Previous in vitro studies have demonstrated that calcineurin can modulate neurotransmission by actions localized to nerve cell bodies or central synapses.9–12 In dorsal root ganglia, FK506 increases the open probability of N-methyl-D-aspartate channels, a subtype of glutamate-receptor–operated channels.10 In cultured fetal rat cortical neurons, CsA or FK506 increases the frequency of spontaneous glutamate-driven action potentials by enhancing presynaptic release of glutamate.11 In contrast, our in vivo animal data are the first to suggest that calcineurin modulates sympathetic neurotransmission via a novel action localized to visceral sensory nerve endings.
Previous studies have shown that in the rat intravenous CsA evokes a generalized activation of subdiaphragmatic vagal afferents involving not only renal but also genitofemoral and hypogastric afferents.7 These afferents mainly exert an excitatory effect on SNA. However, intravenous CsA was found to have no effect on cardiopulmonary vagal afferents,6 which typically exert an inhibitory influence on SNA. The mechanism of the preferential activation of excitatory subdiaphragmatic afferents is unknown, but may be related to either differential tissue expression of specific isoforms of immunophilins and calcineurin and/or differential tissue concentrations of the administered immunophilin ligands. CsA and FK506 are highly lipophilic and, during systemic administration, their tissue concentrations parallel the adipose tissue content of various organs, with a comparatively high concentration in kidney and retroperitoneal fat.19,20 Because the pattern of afferent innervation of the kidney and other subdiaphragmatic viscera may be highly species dependent,21–23 the present data should not be extrapolated to make general statements regarding the mechanism of CsA-induced hypertension in larger animals or humans.
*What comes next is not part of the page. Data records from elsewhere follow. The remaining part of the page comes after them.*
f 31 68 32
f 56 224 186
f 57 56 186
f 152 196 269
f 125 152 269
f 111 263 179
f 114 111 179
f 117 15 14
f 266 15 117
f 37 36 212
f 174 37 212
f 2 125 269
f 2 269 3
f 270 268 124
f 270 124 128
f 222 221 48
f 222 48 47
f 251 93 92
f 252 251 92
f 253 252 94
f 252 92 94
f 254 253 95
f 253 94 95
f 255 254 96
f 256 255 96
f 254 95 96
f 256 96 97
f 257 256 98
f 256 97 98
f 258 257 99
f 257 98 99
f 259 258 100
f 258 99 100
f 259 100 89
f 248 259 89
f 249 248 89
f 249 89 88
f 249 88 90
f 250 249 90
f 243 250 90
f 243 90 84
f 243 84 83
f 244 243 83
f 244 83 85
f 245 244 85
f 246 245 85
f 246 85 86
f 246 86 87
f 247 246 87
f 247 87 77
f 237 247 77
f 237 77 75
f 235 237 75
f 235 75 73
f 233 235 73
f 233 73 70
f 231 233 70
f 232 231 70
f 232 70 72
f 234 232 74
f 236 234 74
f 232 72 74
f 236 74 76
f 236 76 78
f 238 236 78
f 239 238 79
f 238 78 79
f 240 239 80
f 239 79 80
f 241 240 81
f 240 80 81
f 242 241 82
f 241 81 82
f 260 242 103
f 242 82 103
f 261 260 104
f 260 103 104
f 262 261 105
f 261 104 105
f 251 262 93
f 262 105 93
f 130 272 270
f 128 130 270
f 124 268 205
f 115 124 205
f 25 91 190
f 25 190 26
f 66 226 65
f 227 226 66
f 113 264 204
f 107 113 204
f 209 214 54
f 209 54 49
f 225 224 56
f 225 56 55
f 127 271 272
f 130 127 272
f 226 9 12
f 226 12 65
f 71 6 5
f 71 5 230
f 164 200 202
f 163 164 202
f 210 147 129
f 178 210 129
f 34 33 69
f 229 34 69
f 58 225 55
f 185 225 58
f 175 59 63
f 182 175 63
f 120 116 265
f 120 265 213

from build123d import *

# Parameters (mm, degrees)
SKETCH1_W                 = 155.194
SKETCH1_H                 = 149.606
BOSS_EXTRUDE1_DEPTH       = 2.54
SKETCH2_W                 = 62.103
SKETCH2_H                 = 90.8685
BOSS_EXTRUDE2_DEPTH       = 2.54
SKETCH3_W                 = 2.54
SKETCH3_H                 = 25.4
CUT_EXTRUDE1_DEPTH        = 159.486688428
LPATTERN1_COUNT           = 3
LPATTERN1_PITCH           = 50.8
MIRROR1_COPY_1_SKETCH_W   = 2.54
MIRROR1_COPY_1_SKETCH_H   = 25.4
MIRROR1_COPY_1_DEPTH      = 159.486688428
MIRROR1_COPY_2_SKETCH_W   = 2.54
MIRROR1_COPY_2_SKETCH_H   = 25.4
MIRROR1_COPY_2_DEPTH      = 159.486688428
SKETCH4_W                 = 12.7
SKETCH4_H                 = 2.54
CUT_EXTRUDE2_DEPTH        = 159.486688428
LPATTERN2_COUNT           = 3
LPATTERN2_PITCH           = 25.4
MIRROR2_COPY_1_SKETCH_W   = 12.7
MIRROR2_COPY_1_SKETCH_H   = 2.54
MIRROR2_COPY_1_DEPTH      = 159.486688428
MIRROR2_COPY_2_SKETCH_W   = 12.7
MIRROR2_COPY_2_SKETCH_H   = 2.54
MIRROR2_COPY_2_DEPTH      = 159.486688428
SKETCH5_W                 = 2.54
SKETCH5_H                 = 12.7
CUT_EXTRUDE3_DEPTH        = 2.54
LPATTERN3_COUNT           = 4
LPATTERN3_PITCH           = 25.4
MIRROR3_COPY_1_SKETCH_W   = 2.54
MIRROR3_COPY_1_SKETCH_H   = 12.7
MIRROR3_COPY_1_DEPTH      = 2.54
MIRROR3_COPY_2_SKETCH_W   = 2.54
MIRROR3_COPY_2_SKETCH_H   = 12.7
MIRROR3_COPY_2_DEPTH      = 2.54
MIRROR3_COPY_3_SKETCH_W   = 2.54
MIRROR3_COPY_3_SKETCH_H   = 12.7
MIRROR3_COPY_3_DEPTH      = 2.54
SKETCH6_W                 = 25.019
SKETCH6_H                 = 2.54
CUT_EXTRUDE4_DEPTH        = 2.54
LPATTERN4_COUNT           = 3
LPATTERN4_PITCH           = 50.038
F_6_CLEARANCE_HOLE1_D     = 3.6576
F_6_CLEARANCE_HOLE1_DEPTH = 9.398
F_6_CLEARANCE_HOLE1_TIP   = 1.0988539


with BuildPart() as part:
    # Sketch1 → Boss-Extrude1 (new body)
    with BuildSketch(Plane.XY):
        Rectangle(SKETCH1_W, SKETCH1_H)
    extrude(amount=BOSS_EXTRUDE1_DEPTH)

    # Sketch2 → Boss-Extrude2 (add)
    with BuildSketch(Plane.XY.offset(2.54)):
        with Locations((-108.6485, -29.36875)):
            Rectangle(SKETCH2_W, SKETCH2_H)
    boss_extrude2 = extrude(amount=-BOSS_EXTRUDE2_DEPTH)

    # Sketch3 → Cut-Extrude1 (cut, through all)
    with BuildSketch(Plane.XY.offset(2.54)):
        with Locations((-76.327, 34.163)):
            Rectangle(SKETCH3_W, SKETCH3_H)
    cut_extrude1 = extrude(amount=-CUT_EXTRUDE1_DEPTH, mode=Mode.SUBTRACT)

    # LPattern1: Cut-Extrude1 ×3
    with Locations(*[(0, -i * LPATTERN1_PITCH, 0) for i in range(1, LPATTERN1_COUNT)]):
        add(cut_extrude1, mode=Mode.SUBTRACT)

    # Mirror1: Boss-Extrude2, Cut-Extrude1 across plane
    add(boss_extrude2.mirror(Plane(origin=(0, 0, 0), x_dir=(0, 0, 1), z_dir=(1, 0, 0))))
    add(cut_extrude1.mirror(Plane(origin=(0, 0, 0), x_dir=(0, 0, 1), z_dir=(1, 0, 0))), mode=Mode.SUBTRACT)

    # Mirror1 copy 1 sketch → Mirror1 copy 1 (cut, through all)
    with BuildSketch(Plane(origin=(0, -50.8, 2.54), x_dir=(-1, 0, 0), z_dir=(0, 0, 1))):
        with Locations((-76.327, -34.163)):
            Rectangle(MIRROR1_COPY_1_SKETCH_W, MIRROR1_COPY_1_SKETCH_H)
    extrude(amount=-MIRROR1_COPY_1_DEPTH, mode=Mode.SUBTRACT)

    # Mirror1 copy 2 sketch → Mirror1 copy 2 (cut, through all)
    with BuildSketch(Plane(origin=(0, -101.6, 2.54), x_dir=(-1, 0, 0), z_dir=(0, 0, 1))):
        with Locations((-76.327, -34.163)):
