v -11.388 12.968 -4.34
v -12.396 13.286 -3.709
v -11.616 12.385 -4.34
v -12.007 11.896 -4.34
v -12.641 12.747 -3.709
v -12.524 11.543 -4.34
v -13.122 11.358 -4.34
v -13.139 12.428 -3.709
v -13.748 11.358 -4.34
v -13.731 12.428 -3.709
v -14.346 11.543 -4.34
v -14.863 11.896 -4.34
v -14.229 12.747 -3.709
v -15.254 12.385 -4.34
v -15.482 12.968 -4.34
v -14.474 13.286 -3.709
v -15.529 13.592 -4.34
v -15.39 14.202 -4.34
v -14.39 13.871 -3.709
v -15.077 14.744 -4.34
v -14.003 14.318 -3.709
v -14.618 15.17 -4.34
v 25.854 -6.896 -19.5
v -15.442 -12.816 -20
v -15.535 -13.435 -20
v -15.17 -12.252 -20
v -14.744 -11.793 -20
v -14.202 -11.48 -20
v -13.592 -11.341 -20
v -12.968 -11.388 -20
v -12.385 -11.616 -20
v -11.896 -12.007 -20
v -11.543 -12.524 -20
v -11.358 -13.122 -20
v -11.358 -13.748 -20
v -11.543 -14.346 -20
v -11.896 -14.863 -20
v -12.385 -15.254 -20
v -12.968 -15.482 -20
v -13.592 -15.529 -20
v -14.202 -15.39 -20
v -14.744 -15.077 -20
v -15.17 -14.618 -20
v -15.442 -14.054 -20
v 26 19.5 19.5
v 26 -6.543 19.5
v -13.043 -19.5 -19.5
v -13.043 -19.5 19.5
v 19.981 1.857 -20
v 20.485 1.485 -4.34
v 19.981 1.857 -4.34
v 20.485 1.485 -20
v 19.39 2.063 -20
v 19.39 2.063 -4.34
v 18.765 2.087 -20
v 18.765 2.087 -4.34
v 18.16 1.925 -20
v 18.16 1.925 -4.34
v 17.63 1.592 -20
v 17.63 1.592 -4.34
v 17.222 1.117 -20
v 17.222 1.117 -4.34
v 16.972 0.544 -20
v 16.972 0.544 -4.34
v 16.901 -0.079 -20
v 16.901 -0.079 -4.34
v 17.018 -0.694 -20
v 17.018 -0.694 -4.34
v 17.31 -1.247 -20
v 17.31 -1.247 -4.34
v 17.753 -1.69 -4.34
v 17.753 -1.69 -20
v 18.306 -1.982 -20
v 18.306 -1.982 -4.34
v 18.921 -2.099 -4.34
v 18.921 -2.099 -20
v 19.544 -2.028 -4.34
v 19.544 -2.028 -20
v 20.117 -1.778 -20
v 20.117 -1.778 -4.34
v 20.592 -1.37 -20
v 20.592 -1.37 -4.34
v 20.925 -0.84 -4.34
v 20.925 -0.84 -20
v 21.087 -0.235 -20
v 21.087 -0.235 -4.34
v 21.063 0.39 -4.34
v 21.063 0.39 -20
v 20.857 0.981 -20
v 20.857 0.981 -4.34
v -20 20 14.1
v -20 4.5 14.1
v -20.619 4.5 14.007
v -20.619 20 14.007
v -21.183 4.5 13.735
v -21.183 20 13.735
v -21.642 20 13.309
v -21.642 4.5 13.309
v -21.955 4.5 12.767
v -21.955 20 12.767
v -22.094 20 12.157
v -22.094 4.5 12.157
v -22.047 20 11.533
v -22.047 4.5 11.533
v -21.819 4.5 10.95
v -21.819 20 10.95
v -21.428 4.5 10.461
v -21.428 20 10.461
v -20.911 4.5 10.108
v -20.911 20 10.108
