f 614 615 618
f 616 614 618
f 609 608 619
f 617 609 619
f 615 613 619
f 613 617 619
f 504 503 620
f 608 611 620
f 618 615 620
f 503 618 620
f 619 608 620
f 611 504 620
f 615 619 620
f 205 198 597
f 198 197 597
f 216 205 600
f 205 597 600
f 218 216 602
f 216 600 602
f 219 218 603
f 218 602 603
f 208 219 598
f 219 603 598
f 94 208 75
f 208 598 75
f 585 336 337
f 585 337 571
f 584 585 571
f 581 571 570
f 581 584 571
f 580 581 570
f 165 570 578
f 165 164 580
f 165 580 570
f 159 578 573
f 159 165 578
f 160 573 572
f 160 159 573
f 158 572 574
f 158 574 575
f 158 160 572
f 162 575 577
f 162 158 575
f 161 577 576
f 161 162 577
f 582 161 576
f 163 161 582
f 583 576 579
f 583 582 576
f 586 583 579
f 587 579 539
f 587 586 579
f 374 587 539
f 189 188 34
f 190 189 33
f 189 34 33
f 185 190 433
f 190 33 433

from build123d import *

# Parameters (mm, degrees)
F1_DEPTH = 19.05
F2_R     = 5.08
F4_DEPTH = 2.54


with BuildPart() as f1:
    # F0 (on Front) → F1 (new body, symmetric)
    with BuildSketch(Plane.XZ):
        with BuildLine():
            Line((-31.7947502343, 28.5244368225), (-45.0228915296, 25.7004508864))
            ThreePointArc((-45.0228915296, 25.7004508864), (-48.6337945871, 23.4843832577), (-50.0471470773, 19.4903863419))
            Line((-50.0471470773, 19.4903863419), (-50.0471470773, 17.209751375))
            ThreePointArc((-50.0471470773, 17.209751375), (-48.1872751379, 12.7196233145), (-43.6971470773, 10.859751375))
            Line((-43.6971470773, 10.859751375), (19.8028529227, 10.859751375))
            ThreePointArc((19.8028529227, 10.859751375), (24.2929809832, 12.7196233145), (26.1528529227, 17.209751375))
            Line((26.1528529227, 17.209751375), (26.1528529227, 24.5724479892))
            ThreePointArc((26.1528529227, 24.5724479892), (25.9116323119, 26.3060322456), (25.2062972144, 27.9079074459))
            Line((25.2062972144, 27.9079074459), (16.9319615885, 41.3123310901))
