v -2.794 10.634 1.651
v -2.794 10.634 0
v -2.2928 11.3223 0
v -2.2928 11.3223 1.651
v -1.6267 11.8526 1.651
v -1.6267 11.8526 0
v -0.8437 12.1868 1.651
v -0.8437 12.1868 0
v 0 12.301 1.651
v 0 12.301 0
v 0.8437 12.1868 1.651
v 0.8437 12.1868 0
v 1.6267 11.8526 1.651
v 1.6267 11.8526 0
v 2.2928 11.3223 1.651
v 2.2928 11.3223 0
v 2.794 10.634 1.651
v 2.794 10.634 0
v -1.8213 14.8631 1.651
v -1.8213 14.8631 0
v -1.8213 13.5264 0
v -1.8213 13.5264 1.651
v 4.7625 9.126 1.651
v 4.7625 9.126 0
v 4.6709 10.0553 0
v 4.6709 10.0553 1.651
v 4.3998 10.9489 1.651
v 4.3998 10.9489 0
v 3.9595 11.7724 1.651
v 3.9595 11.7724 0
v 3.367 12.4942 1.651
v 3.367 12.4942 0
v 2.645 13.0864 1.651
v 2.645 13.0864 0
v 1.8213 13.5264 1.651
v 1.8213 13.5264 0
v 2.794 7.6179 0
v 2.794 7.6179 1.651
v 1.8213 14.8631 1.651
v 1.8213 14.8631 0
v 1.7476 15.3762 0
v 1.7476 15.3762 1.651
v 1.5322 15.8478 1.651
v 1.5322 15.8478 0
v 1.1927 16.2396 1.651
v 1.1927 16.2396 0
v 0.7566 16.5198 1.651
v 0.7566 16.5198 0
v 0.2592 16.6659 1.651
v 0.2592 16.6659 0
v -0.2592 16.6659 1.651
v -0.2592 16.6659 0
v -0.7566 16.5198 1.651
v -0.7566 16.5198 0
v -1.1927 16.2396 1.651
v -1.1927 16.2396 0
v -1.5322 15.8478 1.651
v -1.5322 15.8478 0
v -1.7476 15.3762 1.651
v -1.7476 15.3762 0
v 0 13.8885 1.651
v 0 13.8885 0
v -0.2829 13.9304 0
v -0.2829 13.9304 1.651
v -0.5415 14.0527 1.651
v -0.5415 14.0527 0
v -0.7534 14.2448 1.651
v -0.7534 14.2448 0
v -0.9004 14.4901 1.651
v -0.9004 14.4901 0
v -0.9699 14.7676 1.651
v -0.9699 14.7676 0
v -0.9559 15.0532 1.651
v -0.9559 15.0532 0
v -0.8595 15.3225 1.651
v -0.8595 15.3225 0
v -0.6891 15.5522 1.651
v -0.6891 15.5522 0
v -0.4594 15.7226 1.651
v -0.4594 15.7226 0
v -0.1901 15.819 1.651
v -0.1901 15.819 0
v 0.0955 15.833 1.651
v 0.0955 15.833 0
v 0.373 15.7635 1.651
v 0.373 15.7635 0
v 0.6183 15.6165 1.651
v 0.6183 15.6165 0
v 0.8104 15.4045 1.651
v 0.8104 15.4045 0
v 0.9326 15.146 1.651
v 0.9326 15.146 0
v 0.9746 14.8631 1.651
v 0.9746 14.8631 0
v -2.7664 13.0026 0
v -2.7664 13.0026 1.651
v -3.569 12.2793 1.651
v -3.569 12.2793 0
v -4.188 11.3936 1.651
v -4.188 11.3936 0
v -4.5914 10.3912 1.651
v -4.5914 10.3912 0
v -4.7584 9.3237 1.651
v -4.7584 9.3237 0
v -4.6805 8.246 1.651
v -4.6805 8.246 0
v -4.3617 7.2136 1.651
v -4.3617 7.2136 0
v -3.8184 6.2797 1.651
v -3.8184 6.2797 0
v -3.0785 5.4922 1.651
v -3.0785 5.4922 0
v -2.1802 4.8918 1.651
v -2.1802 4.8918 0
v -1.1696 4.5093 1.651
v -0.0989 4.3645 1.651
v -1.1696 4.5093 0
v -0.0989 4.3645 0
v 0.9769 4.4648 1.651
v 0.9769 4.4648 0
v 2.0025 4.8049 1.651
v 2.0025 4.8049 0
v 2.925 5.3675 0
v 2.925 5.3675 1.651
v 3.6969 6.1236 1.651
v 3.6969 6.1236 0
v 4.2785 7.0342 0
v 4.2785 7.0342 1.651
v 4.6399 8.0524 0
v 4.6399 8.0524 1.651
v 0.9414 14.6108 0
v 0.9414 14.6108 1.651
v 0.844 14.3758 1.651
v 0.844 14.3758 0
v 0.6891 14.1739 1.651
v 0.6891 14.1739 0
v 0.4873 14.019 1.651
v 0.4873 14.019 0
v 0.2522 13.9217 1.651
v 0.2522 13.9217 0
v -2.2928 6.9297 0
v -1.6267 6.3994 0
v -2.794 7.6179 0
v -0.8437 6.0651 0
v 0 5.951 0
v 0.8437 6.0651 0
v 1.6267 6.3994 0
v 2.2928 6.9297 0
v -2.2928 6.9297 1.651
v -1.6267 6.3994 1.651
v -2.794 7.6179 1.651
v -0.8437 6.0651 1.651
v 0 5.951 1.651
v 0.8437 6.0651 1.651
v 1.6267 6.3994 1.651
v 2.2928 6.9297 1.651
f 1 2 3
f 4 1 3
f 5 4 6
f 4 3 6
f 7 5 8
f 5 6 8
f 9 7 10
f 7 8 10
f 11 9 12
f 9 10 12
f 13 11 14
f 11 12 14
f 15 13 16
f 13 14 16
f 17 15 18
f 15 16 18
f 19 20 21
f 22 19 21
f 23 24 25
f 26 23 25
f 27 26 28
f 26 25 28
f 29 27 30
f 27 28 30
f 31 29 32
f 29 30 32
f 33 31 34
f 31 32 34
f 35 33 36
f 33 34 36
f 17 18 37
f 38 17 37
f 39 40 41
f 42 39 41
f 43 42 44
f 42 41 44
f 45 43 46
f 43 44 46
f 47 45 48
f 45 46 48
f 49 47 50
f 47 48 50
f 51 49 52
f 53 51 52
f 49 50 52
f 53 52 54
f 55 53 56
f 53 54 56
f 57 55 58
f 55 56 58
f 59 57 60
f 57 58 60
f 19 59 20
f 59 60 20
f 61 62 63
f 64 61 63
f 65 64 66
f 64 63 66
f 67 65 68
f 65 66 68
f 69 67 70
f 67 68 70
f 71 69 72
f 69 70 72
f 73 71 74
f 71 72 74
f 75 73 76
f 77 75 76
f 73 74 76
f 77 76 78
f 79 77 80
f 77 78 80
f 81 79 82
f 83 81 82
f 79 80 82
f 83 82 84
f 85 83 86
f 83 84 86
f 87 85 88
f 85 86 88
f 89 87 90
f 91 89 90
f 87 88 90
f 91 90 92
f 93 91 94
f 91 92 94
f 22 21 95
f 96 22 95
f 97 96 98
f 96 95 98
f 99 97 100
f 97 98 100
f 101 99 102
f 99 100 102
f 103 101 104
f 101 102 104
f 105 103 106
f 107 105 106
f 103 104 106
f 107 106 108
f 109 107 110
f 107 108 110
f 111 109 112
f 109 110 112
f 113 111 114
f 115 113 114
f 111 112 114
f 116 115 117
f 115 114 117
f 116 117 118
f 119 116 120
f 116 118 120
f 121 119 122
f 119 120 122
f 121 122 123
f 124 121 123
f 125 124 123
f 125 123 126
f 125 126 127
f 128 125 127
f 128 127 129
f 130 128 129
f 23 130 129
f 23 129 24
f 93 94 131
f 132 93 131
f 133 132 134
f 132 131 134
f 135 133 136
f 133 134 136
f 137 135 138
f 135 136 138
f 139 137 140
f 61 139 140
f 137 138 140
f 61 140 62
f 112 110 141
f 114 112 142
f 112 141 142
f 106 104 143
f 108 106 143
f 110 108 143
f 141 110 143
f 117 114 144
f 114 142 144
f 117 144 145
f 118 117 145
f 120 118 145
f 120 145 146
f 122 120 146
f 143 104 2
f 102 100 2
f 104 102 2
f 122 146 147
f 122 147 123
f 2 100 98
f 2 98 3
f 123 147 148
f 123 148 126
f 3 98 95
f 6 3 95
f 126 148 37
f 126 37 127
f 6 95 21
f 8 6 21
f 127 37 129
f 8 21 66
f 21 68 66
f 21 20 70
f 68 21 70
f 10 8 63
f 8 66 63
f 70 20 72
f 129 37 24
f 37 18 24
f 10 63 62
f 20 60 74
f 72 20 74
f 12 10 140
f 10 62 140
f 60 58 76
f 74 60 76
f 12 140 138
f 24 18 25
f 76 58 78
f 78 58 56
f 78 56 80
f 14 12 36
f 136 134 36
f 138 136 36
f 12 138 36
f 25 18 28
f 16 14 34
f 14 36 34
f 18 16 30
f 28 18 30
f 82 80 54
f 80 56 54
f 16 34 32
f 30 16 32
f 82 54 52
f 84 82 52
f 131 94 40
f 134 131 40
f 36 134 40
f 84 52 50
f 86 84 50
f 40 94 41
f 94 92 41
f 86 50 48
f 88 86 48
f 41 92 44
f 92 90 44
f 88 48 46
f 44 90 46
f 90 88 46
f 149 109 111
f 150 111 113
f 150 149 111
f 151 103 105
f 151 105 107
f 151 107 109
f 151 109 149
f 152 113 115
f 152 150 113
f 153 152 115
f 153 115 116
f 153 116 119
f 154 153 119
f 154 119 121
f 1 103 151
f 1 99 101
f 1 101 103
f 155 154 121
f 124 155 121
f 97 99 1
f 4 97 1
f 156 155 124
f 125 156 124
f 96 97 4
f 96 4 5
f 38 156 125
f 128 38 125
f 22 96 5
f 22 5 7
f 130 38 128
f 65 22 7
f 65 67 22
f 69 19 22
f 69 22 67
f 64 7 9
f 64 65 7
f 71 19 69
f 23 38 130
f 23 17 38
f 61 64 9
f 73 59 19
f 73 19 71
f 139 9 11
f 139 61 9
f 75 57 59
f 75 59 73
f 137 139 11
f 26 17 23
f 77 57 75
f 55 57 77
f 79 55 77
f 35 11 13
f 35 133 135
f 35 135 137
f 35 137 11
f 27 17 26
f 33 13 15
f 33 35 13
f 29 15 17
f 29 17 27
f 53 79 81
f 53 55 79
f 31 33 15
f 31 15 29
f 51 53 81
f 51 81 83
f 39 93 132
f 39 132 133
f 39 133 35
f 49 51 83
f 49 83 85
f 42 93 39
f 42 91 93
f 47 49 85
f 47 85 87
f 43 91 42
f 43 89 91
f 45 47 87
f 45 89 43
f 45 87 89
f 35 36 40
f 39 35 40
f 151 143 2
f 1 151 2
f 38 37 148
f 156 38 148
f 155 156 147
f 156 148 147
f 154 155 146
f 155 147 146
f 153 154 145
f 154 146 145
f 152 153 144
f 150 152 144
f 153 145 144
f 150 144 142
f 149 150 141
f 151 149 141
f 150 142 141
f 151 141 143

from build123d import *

# Parameters (mm, degrees)
F1_DEPTH = 1.651


with BuildPart() as f1:
    # F0 (on Top) → F1 (new body)
    with BuildSketch(Plane.XY):
        with BuildLine():
            ThreePointArc((1.8213407221, 13.5264450688), (0.9284865025, 13.7970918303), (2e-09, 13.8884764319))
            ThreePointArc((2e-09, 13.8884764319), (-0.9284865005, 13.7970918307), (-1.8213407221, 13.5264450688))
            ThreePointArc((-1.8213407221, 13.5264450688), (-2.6464382726, 5.1664599565), (4.7625, 9.1259764319))
            ThreePointArc((4.7625, 9.1259764319), (3.9595164755, 11.7724147045), (1.8213407221, 13.5264450688))
        make_face()
        with BuildLine():
            ThreePointArc((-2.794, 10.634017877), (0, 12.3009764319), (2.794, 10.634017877))
            Line((2.794, 10.634017877), (2.794, 7.6179349869))
            ThreePointArc((2.794, 7.6179349869), (0, 5.9509764319), (-2.794, 7.6179349869))
            Line((-2.794, 7.6179349869), (-2.794, 10.634017877))
        make_face(mode=Mode.SUBTRACT)
        with BuildLine():
            ThreePointArc((-1.8213407221, 13.5264450688), (-0.9284865005, 13.7970918307), (2e-09, 13.8884764319))
            ThreePointArc((2e-09, 13.8884764319), (0.9284865025, 13.7970918303), (1.8213407221, 13.5264450688))
            Line((1.8213407221, 13.5264450688), (1.8213407221, 14.8630785568))
            ThreePointArc((1.8213407221, 14.8630785568), (0, 16.6844192788), (-1.8213407221, 14.8630785568))
            Line((-1.8213407221, 14.8630785568), (-1.8213407221, 13.5264450688))
        make_face()
        with BuildLine():
            ThreePointArc((2e-09, 13.8884764319), (-0.6891477722, 15.5522263275), (0.9746021248, 14.8630785568))
            ThreePointArc((0.9746021248, 14.8630785568), (0.6891477722, 14.173930786), (2e-09, 13.8884764319))
        make_face(mode=Mode.SUBTRACT)
    extrude(amount=F1_DEPTH)


solid = f1.part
The precise molecular mechanism by which calcineurin inhibition evokes a prolonged increase in renal afferent discharge is unknown. We might speculate that calcineurin inhibitors interrupt a negative feedback mechanism that normally modulates the excitability of renal afferents. During generator potential formation, entry of calcium into the nerve ending could activate calcineurin, which would dephosphorylate protein substrates (eg, ion channel proteins10 or those associated with neurosecretory vesicle24) that modulate membrane excitability.
Regardless of the precise underlying mechanisms involved, the present findings strengthen the view that the major side effect of CsA and FK506—hypertension—is inexorably linked to calcineurin inhibition in extralymphoid tissue.2,5 Development of more selective agents that inhibit calcineurin only in T lymphocytes could eliminate this important secondary form of hypertension.